🤖 AI Summary
Existing travel planning evaluation benchmarks overemphasize constraint satisfaction while neglecting multidimensional quality aspects such as spatiotemporal costs, and suffer from insufficient data authenticity and coverage, limiting their ability to comprehensively assess LLM-driven planning capabilities. This work proposes the first six-dimensional evaluation framework encompassing accuracy, compliance, temporal feasibility, spatial coherence, economic efficiency, and practicality. It introduces a high-fidelity simulation sandbox grounded in real-world transportation and accommodation data, integrating geospatial APIs, fine-grained queuing models, and multi-agent simulation to enable dynamic, end-to-end assessment of travel itineraries.
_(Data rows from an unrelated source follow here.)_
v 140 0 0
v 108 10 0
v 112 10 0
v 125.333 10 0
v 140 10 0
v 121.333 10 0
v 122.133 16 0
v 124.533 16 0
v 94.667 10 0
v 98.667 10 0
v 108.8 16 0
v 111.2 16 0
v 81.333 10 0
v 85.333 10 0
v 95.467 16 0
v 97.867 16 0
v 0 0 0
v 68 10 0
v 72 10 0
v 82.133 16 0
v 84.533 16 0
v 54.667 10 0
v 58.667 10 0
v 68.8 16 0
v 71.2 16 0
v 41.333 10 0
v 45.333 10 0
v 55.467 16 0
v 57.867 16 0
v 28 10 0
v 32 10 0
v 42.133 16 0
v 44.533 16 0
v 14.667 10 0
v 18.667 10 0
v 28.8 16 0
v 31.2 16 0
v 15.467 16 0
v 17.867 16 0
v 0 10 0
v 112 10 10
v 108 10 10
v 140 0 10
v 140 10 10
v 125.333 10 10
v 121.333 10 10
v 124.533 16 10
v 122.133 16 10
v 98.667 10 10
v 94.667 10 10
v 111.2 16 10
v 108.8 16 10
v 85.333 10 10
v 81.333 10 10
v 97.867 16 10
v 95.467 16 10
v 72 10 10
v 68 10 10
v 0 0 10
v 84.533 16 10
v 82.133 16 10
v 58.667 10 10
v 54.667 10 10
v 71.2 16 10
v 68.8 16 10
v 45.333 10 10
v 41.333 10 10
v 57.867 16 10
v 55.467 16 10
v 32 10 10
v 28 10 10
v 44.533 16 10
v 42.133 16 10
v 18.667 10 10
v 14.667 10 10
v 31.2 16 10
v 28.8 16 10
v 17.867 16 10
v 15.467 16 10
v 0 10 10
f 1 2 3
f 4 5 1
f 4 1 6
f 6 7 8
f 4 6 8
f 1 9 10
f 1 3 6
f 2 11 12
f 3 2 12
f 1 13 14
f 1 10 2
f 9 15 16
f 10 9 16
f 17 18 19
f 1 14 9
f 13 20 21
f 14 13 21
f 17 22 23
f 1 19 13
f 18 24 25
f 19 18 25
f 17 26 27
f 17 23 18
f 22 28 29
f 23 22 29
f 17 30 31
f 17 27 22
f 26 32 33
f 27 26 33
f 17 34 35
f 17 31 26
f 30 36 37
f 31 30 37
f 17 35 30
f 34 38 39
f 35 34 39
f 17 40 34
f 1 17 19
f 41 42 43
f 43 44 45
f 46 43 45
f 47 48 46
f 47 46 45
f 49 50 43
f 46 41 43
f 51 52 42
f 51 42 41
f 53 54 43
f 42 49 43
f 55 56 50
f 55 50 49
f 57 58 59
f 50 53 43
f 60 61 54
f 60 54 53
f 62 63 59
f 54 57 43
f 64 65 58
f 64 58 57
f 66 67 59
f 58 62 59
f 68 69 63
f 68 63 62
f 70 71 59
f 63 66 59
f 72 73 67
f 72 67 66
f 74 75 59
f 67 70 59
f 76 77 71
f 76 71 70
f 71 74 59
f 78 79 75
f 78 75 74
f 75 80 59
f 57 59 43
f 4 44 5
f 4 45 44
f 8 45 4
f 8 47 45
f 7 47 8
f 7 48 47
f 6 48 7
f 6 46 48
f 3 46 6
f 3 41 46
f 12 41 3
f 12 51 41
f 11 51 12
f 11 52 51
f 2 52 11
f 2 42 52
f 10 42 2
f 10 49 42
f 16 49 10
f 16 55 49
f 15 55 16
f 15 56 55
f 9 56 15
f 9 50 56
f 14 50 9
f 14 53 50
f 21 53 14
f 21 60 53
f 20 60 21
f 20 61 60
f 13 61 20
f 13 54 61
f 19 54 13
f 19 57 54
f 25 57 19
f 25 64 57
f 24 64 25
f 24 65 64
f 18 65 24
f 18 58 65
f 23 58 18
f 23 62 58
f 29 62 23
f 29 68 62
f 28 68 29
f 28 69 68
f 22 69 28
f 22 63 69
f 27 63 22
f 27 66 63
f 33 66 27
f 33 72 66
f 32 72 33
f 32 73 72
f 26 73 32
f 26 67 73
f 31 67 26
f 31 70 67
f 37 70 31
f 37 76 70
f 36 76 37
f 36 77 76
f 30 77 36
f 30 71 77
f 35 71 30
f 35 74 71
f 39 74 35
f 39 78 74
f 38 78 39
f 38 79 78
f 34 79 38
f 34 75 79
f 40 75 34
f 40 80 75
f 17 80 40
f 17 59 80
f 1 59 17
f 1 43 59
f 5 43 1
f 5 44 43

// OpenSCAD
$fn = 32;

// ----------------------------------------------------------------------
// Gear rack: 9 teeth on a 140 mm bar, pitch 13.33 mm
// ----------------------------------------------------------------------

// --- parameters (mm) ---
profile_height = 10;      // extrusion height
profile_points = 40;      // points of the closed outline

profile = [[0, 0], [140, 0], [140, 10], [125.333, 10], [124.533, 16], [122.133, 16], [121.333, 10], [112, 10], [111.2, 16], [108.8, 16], [108, 10], [98.667, 10], [97.867, 16], [95.467, 16], [94.667, 10], [85.333, 10], [84.533, 16], [82.133, 16], [81.333, 10], [72, 10], [71.2, 16], [68.8, 16], [68, 10], [58.667, 10], [57.867, 16], [55.467, 16], [54.667, 10], [45.333, 10], [44.533, 16], [42.133, 16], [41.333, 10], [32, 10], [31.2, 16], [28.8, 16], [28, 10], [18.667, 10], [17.867, 16], [15.467, 16], [14.667, 10], [0, 10]];  // single closed polygon, 40 points, counter clockwise

// --- the one profile operation ---
linear_extrude(height = profile_height) polygon(points = profile);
Experiments across twelve state-of-the-art methods reveal that current LLMs exhibit significant deficiencies in spatiotemporal reasoning and budget management, and that sophisticated agent-based strategies do not consistently yield performance improvements.
📝 Abstract
The development of Large Language Models (LLMs) has significantly improved travel planning applications, yet evaluating such models is limited by existing benchmarks' limitations: 1) overemphasis on constraint compliance, neglecting multi-dimensional qualities like spatio-temporal cost; 2) datasets lacking real-world authenticity and coverage in key areas (e.g., lodging, transport); and 3) isolated daily plan assessments that miss critical details (e.g., the impact of daily accommodation and visit pacing) needed for entire plan's evaluation. To address this gap, we introduce TravelEval, a realistic and comprehensive benchmark. TravelEval features 1) a novel six-dimensional evaluation framework to holistically assess plans across accuracy, compliance, temporality, spatiality, economy, and utility dimensions; 2) a highly realistic data sandbox with precise accommodation pricing and authentic intercity transportation data; and 3) a simulation-based global evaluation method that emulates complete travel plans with API-integrated geographic information and fine-grained queuing time. Evaluating 12 mainstream approaches with TravelEval reveals several valuable insights, such that LLMs struggle with globally-optimized multi-dimensional planning (especially in spatio-temporal reasoning and budget compliance), and agentic reasoning strategies offer no consistent improvement. Concisely, TravelEval facilitates travel plan evaluation via grounded spatio-temporal emulation and comprehensive metrics, providing a robust foundation for advancing LLM-powered travel planning research and applications.